Fig. 1: VEPs have variable performance in annotating known oncogenic mutations.
From: AI cancer driver mutation predictions are valid in real-world data

A Frequency of known oncogenic mutations and variants of unknown significance (VUS) in commonly altered oncogenes and tumor suppressor genes in GENIE as annotated by OncoKB. B Distributions of prediction scores from AlphaMissense and FATHMM from non-pathogenic dbSNPs (N = 7474) and missense mutations in GENIE v.14-public, broken down by their occurrence in oncogenes (OG, N = 408,771), tumor suppressor genes (TSG, N = 506,068) or genes that act as both (OG/TSG, N = 57,592) at the population level, in which all occurrences of missense mutations are included. Points higher on the y-axis corresponded with higher predicted pathogenicity.
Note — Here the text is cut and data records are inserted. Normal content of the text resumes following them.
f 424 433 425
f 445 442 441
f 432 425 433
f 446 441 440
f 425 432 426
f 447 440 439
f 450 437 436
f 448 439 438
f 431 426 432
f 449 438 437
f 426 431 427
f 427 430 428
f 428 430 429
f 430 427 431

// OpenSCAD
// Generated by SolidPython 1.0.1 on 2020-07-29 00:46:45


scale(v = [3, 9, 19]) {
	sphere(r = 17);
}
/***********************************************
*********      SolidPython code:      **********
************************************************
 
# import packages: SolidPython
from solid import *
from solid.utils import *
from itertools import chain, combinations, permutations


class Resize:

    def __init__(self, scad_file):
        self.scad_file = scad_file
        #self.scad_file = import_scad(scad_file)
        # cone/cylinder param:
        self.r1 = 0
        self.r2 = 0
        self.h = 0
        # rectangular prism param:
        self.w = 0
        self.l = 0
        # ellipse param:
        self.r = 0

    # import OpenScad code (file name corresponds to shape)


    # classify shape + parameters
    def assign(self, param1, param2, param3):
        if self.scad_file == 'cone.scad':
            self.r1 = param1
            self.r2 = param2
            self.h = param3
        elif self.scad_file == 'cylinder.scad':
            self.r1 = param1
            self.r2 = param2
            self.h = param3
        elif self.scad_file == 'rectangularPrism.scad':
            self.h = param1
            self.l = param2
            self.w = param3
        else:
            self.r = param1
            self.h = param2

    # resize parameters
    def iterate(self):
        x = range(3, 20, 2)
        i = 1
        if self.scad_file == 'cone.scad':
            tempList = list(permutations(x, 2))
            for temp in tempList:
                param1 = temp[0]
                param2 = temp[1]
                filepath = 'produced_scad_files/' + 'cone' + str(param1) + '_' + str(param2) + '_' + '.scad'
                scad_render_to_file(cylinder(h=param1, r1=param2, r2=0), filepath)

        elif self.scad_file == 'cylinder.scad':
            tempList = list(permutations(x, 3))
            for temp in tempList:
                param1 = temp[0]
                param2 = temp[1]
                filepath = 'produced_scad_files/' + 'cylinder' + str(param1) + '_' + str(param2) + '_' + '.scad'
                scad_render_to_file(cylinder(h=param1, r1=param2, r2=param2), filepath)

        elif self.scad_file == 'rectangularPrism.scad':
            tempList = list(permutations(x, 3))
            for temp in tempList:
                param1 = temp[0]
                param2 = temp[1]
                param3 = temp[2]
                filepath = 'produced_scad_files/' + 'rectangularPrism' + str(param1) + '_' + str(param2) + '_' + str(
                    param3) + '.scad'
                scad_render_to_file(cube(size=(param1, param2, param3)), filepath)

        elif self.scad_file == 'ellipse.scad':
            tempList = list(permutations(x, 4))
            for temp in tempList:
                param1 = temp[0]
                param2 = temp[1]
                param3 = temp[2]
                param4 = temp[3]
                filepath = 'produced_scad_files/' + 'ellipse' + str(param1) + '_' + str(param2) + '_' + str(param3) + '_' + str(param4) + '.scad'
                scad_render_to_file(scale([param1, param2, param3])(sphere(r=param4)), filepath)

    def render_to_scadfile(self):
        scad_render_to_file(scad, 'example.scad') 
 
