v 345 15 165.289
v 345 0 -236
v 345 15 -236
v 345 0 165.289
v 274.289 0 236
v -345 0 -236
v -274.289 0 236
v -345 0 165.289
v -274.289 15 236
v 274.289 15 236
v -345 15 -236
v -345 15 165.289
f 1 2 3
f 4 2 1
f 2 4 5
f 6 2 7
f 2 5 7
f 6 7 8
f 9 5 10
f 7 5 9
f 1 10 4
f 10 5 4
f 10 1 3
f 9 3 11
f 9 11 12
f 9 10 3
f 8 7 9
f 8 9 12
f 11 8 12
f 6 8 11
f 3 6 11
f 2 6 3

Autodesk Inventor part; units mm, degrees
ref_plane "YZ Plane" through (0, 0, 0) normal (1, 0, 0) x (0, 1, 0)
ref_plane "XZ Plane" through (0, 0, 0) normal (0, 1, 0) x (-1, 0, 0)
ref_plane "XY Plane" through (0, 0, 0) normal (0, 0, 1) x (1, 0, 0)
sketch "Sketch1" plane through (0, 0, 0) normal (0, 1, 0) x (-1, 0, 0)
  line L0 (345, -236) -> (-345, -236)
  line L1 (-345, -236) -> (-345, 236)
  line L2 (-345, 236) -> (345, 236)
  line L3 (345, 236) -> (345, -236)
  line L4 (345, -236) -> (-345, 236) construction
  line L5 (-345, -236) -> (345, 236) construction
  line L6 (274.2893, 236) -> (345, 165.2893)
  line L7 (-274.2893, 236) -> (-345, 165.2893)
  line L8 (0, 236) -> (0, -236) construction
  point P0 (0, 0)
  dimension "d0" = 690
  dimension "d1" = 472
  dimension "d3" = 45
  dimension "d4" = 100
extrude "Plate1" add sketch "Sketch1" along normal blind 15 contours L0 L1 L7 L2 L6 L3
equation "\"d2\" = Thickness"
equation "\"BendRadius\" = Thickness"
equation "\"BendReliefWidth\" = Thickness"
equation "\"BendReliefDepth\" = 0.5 * Thickness"
equation "\"TransitionRadius\" = BendRadius"
equation "\"JacobiRadiusSize\" = BendRadius"
equation "\"GapSize\" = Thickness"
equation "\"Thickness\" = 15"
properties part number "фанера 2" material "Wood (Maple)"
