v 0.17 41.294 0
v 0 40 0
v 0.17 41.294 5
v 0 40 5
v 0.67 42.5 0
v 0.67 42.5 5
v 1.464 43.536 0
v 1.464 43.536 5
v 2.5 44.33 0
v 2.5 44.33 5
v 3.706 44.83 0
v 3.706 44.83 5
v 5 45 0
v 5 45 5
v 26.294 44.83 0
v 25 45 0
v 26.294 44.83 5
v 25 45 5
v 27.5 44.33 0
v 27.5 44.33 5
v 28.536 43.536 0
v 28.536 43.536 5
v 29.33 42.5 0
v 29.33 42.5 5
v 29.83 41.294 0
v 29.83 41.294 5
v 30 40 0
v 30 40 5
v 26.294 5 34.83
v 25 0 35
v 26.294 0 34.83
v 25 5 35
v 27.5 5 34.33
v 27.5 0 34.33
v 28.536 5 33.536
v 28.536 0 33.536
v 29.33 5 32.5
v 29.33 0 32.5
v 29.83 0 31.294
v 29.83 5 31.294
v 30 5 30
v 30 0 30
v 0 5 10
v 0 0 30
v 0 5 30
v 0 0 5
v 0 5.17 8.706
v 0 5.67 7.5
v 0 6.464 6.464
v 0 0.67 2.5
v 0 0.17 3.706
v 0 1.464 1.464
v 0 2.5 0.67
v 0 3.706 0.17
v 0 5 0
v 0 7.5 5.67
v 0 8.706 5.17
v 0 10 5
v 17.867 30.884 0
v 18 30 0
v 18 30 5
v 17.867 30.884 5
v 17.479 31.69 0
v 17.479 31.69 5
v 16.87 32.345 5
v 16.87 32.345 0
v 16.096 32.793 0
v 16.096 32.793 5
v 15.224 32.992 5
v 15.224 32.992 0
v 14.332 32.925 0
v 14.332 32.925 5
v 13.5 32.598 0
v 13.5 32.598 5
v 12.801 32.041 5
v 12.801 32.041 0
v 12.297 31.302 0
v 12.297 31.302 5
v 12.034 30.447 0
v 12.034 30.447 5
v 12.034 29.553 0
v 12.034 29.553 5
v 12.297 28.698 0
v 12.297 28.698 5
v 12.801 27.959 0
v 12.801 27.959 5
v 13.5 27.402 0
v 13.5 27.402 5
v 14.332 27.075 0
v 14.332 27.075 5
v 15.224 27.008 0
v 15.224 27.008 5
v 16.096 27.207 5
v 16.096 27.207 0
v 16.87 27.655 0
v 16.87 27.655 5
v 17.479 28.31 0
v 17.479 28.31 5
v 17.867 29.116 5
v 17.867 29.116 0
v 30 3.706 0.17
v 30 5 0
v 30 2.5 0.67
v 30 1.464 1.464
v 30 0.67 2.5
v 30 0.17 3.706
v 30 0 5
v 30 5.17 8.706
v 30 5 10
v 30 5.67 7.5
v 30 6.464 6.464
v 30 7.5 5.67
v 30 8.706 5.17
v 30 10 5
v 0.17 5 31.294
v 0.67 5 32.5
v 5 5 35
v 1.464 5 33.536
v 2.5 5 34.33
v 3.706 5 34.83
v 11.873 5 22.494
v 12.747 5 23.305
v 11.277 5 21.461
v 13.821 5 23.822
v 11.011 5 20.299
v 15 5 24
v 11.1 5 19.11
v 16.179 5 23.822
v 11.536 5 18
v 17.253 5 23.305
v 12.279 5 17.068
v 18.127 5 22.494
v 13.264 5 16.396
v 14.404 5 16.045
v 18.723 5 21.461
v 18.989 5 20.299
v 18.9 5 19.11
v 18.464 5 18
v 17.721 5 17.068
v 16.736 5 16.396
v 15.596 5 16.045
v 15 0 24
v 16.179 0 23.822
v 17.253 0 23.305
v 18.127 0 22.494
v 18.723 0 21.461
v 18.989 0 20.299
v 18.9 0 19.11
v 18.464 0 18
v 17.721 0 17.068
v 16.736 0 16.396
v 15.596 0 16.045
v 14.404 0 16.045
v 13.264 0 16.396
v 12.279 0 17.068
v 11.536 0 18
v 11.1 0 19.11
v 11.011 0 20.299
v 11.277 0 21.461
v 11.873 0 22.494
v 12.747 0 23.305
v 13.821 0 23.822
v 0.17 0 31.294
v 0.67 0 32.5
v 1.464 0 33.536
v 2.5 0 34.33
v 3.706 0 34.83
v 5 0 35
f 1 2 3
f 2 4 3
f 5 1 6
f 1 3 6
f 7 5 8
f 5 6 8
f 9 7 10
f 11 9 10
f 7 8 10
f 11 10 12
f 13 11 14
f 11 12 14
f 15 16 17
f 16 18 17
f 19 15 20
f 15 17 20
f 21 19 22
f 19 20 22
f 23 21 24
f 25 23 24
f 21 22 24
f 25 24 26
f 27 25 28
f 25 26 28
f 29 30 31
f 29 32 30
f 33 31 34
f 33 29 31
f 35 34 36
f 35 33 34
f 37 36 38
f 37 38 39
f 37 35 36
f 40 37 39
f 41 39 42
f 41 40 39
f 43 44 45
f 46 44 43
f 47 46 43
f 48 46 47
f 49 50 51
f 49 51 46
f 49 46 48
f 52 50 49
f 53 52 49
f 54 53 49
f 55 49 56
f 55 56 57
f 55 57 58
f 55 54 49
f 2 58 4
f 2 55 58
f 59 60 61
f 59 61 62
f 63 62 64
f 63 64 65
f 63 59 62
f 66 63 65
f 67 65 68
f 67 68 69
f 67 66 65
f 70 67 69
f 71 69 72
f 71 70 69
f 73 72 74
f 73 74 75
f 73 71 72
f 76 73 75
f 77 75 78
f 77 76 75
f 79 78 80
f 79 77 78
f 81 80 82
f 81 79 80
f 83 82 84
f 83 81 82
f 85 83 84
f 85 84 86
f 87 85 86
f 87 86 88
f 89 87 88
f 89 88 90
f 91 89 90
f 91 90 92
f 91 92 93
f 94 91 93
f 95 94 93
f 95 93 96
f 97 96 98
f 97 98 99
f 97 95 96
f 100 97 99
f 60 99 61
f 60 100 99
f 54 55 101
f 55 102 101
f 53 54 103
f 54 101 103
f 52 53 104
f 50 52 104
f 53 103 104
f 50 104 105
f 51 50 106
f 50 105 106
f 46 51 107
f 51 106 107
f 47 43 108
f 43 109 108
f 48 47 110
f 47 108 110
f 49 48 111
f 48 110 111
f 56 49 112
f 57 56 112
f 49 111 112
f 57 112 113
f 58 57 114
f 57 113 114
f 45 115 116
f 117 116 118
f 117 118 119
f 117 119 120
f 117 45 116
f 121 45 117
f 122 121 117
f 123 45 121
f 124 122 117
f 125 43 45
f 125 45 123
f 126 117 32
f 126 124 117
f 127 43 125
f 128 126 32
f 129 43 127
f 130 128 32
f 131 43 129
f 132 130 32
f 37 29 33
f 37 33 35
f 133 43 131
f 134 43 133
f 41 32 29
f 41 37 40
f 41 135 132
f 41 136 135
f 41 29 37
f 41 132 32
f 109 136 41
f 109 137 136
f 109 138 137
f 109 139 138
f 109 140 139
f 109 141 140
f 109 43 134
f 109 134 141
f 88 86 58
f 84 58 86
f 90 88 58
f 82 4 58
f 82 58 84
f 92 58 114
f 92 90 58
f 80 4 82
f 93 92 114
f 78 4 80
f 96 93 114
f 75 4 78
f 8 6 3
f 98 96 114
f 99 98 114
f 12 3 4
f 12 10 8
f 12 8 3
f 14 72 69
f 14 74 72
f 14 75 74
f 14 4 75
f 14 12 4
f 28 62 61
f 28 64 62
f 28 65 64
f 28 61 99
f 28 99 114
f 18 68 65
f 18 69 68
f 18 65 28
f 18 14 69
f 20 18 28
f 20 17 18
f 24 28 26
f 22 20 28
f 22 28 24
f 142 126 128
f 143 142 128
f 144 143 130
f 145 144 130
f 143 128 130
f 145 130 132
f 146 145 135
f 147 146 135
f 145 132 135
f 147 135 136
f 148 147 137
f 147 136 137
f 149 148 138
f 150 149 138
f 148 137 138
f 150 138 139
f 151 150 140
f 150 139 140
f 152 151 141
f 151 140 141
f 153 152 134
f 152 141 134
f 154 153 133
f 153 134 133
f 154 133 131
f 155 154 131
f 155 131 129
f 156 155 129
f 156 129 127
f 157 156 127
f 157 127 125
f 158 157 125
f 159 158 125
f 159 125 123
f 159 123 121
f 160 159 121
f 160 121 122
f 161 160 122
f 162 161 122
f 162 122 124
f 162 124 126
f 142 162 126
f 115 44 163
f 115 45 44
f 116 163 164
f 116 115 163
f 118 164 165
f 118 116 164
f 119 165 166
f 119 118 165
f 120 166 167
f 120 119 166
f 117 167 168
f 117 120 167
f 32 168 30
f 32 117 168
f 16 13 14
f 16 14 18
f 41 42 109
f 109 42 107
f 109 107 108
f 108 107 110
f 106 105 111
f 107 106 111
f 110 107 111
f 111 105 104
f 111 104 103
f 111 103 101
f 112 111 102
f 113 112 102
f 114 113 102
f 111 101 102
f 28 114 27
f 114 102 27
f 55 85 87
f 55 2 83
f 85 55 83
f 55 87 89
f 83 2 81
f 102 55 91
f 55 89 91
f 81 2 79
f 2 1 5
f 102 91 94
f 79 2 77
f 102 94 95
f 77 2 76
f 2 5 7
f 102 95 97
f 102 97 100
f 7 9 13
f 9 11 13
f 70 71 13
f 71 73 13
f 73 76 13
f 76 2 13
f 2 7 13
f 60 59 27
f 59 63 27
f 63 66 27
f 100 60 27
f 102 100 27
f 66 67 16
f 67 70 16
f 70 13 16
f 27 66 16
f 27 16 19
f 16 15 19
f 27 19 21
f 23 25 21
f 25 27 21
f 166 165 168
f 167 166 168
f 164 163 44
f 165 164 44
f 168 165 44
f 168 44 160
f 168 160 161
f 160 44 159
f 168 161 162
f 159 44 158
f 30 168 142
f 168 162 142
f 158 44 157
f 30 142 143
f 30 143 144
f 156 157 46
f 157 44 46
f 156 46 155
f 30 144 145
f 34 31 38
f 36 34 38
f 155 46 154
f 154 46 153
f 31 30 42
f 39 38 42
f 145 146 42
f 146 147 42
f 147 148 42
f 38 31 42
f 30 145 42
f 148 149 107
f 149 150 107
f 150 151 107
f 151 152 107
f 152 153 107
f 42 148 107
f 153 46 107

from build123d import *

# Parameters (mm, degrees)
SKETCH1_W           = 30
SKETCH1_H           = 45
SKETCH1_R           = 3
BOSS_EXTRUDE1_DEPTH = 5
SKETCH2_W           = 30
SKETCH2_H           = 5
BOSS_EXTRUDE2_DEPTH = 30
SKETCH3_R           = 4
CUT_EXTRUDE1_DEPTH  = 30
FILLET1_R           = 5


with BuildPart() as part:
    # Sketch1 → Boss-Extrude1 (new body)
    with BuildSketch(Plane.XY):
        with Locations((15, 22.5)):
            Rectangle(SKETCH1_W, SKETCH1_H)
        with Locations((15, 30)):
            Circle(SKETCH1_R, mode=Mode.SUBTRACT)
    extrude(amount=BOSS_EXTRUDE1_DEPTH)

    # Sketch2 → Boss-Extrude2 (add)
    with BuildSketch(Plane.XY.offset(5)):
        with Locations((15, 2.5)):
            Rectangle(SKETCH2_W, SKETCH2_H)
    extrude(amount=BOSS_EXTRUDE2_DEPTH)

    # Sketch3 → Cut-Extrude1 (cut)
    with BuildSketch(Plane(origin=(0, 5, 0), x_dir=(1, 0, 0), z_dir=(0, 1, 0))):
        with Locations(Location((15, -20, 0), (0, 0, 270))):
            Circle(SKETCH3_R)
    extrude(amount=-CUT_EXTRUDE1_DEPTH, mode=Mode.SUBTRACT)

    # Fillet1
    fillet1_edges = [part.edges().sort_by_distance(p)[0] for p in [
        (15, 5, 5),
        (0, 2.5, 35),
        (30, 2.5, 35),
        (15, 0, 0),
        (0, 45, 2.5),
        (30, 45, 2.5),
    ]]
    fillet(fillet1_edges, radius=FILLET1_R)


solid = part.part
Boxplots represent mean scores (center line) ± interquartile range (IQR); whiskers span 1.5 × IQR from each quartile, with outliers shown individually. See Fig. S3B for population-level distributions from all VEPs and Fig. S3A for mutation-level distributions. Brackets denote significance from two-sided Tukey’s tests with FDR correction (*: q ≤ 0.05, ****: q ≤ 1e-04). C. AUROCs (± 95%CI) of 12 variant annotation methods in classifying known oncogenic mutations (N = 180,540) and non-oncogenic SNPs (N = 180,540 upsampled from 7474) at the population level. DeLong’s test was used to compare AUROCs with FDR correction. Within each methodological class, pairwise comparisons were performed between the top-performing method and others (*: q ≤ 0.05 marked by black asterisks). Red asterisks denote significant differences (q ≤ 0.05) between each class’s top performer and the overall best method (bolded AUROC). Tracks at left indicate how each method was trained: “Supervised” denotes use of labeled training data; “Human-curated” specifies whether labels originated from manually curated resources (e.g., ClinVar); and “Cancer-trained” denotes use of cancer-specific datasets (e.g., Cancer Genome Census). D. Density plots showing true positive rates (TPR) of AlphaMissense and FATHMM over all genes. TPRs and the number of known oncogenic mutations (N) in select commonly mutated oncogenes and tumor suppressor genes are shown. See Supplemental Appendix for a complete list of TPRs. Source data are provided as a Source Data file.